Items from a dataset
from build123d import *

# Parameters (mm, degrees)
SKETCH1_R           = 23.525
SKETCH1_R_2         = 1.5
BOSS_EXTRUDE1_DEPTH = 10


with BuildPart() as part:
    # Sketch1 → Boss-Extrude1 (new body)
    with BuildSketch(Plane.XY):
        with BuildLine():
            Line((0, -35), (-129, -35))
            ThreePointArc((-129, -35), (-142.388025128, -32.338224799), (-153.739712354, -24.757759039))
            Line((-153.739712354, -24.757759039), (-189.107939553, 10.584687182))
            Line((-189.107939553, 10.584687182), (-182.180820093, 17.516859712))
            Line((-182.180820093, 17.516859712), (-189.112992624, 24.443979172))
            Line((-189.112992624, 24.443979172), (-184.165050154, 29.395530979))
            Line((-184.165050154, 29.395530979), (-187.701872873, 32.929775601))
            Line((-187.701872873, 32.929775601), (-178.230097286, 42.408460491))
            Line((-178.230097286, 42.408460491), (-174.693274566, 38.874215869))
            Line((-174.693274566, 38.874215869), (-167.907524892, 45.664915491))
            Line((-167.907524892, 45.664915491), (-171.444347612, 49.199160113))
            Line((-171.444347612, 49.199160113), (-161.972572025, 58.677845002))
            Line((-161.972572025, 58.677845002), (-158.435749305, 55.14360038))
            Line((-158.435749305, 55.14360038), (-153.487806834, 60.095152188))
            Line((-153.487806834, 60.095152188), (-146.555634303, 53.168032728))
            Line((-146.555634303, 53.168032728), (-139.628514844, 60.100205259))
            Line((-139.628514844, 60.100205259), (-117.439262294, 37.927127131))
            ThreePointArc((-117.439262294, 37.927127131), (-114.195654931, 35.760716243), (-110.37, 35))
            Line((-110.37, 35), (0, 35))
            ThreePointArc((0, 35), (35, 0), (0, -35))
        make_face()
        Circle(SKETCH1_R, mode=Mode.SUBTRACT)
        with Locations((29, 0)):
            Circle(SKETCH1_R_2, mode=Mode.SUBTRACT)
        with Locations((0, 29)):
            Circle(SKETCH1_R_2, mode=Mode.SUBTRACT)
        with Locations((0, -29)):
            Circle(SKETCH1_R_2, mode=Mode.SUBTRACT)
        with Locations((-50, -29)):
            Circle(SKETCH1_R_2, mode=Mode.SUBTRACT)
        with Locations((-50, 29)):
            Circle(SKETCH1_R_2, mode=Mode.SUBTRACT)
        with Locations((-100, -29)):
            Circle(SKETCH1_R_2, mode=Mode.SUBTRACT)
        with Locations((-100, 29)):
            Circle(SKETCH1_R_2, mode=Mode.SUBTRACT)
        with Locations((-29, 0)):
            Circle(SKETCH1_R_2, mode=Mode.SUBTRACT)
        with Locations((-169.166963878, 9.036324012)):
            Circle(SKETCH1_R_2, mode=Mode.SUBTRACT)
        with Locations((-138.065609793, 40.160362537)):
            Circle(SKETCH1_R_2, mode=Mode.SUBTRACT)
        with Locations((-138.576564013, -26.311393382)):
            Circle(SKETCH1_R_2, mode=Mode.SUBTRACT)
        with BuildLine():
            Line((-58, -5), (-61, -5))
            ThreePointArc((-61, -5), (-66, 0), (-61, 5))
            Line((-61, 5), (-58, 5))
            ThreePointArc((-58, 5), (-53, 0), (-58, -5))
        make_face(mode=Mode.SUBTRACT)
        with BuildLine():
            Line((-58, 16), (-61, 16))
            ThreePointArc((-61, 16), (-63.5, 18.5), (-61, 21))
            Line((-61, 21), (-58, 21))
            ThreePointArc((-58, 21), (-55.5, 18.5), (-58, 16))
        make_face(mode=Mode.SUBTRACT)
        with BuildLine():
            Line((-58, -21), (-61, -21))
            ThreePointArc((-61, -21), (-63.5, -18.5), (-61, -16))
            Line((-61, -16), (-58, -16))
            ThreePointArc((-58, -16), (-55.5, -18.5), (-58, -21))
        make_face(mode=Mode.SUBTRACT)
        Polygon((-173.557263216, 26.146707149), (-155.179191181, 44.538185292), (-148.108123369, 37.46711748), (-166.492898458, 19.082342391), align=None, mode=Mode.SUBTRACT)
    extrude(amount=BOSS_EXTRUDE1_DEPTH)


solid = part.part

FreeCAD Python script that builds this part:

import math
import FreeCAD as App
import Part
import Sketcher
from FreeCAD import Vector
Q = App.Units.Quantity


def add_polygon(sketch, points):
    """Adds a closed chain of lines whose ends are joined by coincident constraints."""
    first, n = sketch.GeometryCount, len(points)
    for a, b in zip(points, points[1:] + points[:1]):
        sketch.addGeometry(Part.LineSegment(App.Vector(*a, 0), App.Vector(*b, 0)), False)
    for i in range(n):
        sketch.addConstraint(Sketcher.Constraint("Coincident", first + i, 2, first + (i + 1) % n, 1))

doc = App.newDocument("Part")
body = doc.addObject("PartDesign::Body", "Body")

# Sketch on XY plane
sketch1 = body.newObject("Sketcher::SketchObject", "Sketch")
sketch1.AttachmentSupport = (doc.getObject("XY_Plane"), [""])
sketch1.MapMode = "FlatFace"
sketch1.addGeometry(Part.LineSegment(Vector(-129, -35, 0), Vector(0, -35, 0)), False)  # 0
sketch1.addGeometry(Part.ArcOfCircle(Part.Circle(Vector(0, 0, 0), Vector(0, 0, 1), 35), math.radians(-90), math.radians(90)), False)  # 1
sketch1.addGeometry(Part.LineSegment(Vector(0, 35, 0), Vector(-110.4, 35, 0)), False)  # 2
sketch1.addGeometry(Part.ArcOfCircle(Part.Circle(Vector(-110.4, 45, 0), Vector(0, 0, 1), 10), math.radians(-135), math.radians(-90)), False)  # 3
sketch1.addGeometry(Part.LineSegment(Vector(-117.4, 37.9, 0), Vector(-139.6, 60.1, 0)), False)  # 4
sketch1.addGeometry(Part.LineSegment(Vector(-139.6, 60.1, 0), Vector(-146.6, 53.2, 0)), False)  # 5
sketch1.addGeometry(Part.LineSegment(Vector(-146.6, 53.2, 0), Vector(-153.5, 60.1, 0)), False)  # 6
sketch1.addGeometry(Part.LineSegment(Vector(-153.5, 60.1, 0), Vector(-158.4, 55.1, 0)), False)  # 7
sketch1.addGeometry(Part.LineSegment(Vector(-158.4, 55.1, 0), Vector(-162, 58.7, 0)), False)  # 8
sketch1.addGeometry(Part.LineSegment(Vector(-162, 58.7, 0), Vector(-171.4, 49.2, 0)), False)  # 9
sketch1.addGeometry(Part.LineSegment(Vector(-171.4, 49.2, 0), Vector(-167.9, 45.7, 0)), False)  # 10
sketch1.addGeometry(Part.LineSegment(Vector(-167.9, 45.7, 0), Vector(-174.7, 38.9, 0)), False)  # 11
sketch1.addGeometry(Part.LineSegment(Vector(-174.7, 38.9, 0), Vector(-178.2, 42.4, 0)), False)  # 12
sketch1.addGeometry(Part.LineSegment(Vector(-178.2, 42.4, 0), Vector(-187.7, 32.9, 0)), False)  # 13
sketch1.addGeometry(Part.LineSegment(Vector(-187.7, 32.9, 0), Vector(-184.2, 29.4, 0)), False)  # 14
sketch1.addGeometry(Part.LineSegment(Vector(-184.2, 29.4, 0), Vector(-189.1, 24.4, 0)), False)  # 15
sketch1.addGeometry(Part.LineSegment(Vector(-189.1, 24.4, 0), Vector(-182.2, 17.5, 0)), False)  # 16
sketch1.addGeometry(Part.LineSegment(Vector(-182.2, 17.5, 0), Vector(-189.1, 10.6, 0)), False)  # 17
sketch1.addGeometry(Part.LineSegment(Vector(-189.1, 10.6, 0), Vector(-153.7, -24.8, 0)), False)  # 18
sketch1.addGeometry(Part.ArcOfCircle(Part.Circle(Vector(-129, 0, 0), Vector(0, 0, 1), 35), math.radians(-135), math.radians(-90)), False)  # 19
sketch1.addGeometry(Part.Circle(Vector(0, -29, 0), Vector(0, 0, 1), 1.5), False)  # 20
sketch1.addGeometry(Part.Circle(Vector(-50, -29, 0), Vector(0, 0, 1), 1.5), False)  # 21
sketch1.addGeometry(Part.LineSegment(Vector(-58, -21, 0), Vector(-61, -21, 0)), False)  # 22
sketch1.addGeometry(Part.ArcOfCircle(Part.Circle(Vector(-61, -18.5, 0), Vector(0, 0, 1), 2.5), math.radians(90), math.radians(270)), False)  # 23
sketch1.addGeometry(Part.LineSegment(Vector(-61, -16, 0), Vector(-58, -16, 0)), False)  # 24
sketch1.addGeometry(Part.ArcOfCircle(Part.Circle(Vector(-58, -18.5, 0), Vector(0, 0, 1), 2.5), math.radians(-90), math.radians(90)), False)  # 25
sketch1.addGeometry(Part.Circle(Vector(29, 0, 0), Vector(0, 0, 1), 1.5), False)  # 26
sketch1.addGeometry(Part.Circle(Vector(0, 0, 0), Vector(0, 0, 1), 23.5), False)  # 27
sketch1.addGeometry(Part.Circle(Vector(-29, 0, 0), Vector(0, 0, 1), 1.5), False)  # 28
sketch1.addGeometry(Part.LineSegment(Vector(-58, -5, 0), Vector(-61, -5, 0)), False)  # 29
sketch1.addGeometry(Part.ArcOfCircle(Part.Circle(Vector(-61, 0, 0), Vector(0, 0, 1), 5), math.radians(90), math.radians(270)), False)  # 30
sketch1.addGeometry(Part.LineSegment(Vector(-61, 5, 0), Vector(-58, 5, 0)), False)  # 31
sketch1.addGeometry(Part.ArcOfCircle(Part.Circle(Vector(-58, 0, 0), Vector(0, 0, 1), 5), math.radians(-90), math.radians(90)), False)  # 32
sketch1.addGeometry(Part.Circle(Vector(-100, -29, 0), Vector(0, 0, 1), 1.5), False)  # 33
sketch1.addGeometry(Part.Circle(Vector(-138.6, -26.3, 0), Vector(0, 0, 1), 1.5), False)  # 34
sketch1.addGeometry(Part.LineSegment(Vector(-58, 16, 0), Vector(-61, 16, 0)), False)  # 35
sketch1.addGeometry(Part.ArcOfCircle(Part.Circle(Vector(-61, 18.5, 0), Vector(0, 0, 1), 2.5), math.radians(90), math.radians(270)), False)  # 36
sketch1.addGeometry(Part.LineSegment(Vector(-61, 21, 0), Vector(-58, 21, 0)), False)  # 37
sketch1.addGeometry(Part.ArcOfCircle(Part.Circle(Vector(-58, 18.5, 0), Vector(0, 0, 1), 2.5), math.radians(-90), math.radians(90)), False)  # 38
sketch1.addGeometry(Part.Circle(Vector(0, 29, 0), Vector(0, 0, 1), 1.5), False)  # 39
sketch1.addGeometry(Part.Circle(Vector(-50, 29, 0), Vector(0, 0, 1), 1.5), False)  # 40
sketch1.addGeometry(Part.Circle(Vector(-169.2, 9, 0), Vector(0, 0, 1), 1.5), False)  # 41
sketch1.addGeometry(Part.Circle(Vector(-100, 29, 0), Vector(0, 0, 1), 1.5), False)  # 42
add_polygon(sketch1, [(-173.6, 26.1), (-155.2, 44.5), (-148.1, 37.5), (-166.5, 19.1)])  # lines 43-46
sketch1.addGeometry(Part.Circle(Vector(-138.1, 40.2, 0), Vector(0, 0, 1), 1.5), False)  # 47
sketch1.addConstraint([
    Sketcher.Constraint("Tangent", 0, 2, 1, 1),
    Sketcher.Constraint("Tangent", 1, 2, 2, 1),
    Sketcher.Constraint("Tangent", 2, 2, 3, 2),
    Sketcher.Constraint("Coincident", 3, 1, 4, 1),
    Sketcher.Constraint("Coincident", 4, 2, 5, 1),
    Sketcher.Constraint("Coincident", 5, 2, 6, 1),
    Sketcher.Constraint("Coincident", 6, 2, 7, 1),
    Sketcher.Constraint("Coincident", 7, 2, 8, 1),
    Sketcher.Constraint("Coincident", 8, 2, 9, 1),
    Sketcher.Constraint("Coincident", 9, 2, 10, 1),
    Sketcher.Constraint("Coincident", 10, 2, 11, 1),
    Sketcher.Constraint("Coincident", 11, 2, 12, 1),
    Sketcher.Constraint("Coincident", 12, 2, 13, 1),
    Sketcher.Constraint("Coincident", 13, 2, 14, 1),
    Sketcher.Constraint("Coincident", 14, 2, 15, 1),
    Sketcher.Constraint("Coincident", 15, 2, 16, 1),
    Sketcher.Constraint("Coincident", 16, 2, 17, 1),
    Sketcher.Constraint("Coincident", 17, 2, 18, 1),
    Sketcher.Constraint("Tangent", 18, 2, 19, 1),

- INSTRUCTIONS TO FOLLOW: State how many lines of the data contain the word "Locations". Nothing besides the number belongs in the reply.

- OUTPUT BELOW: 11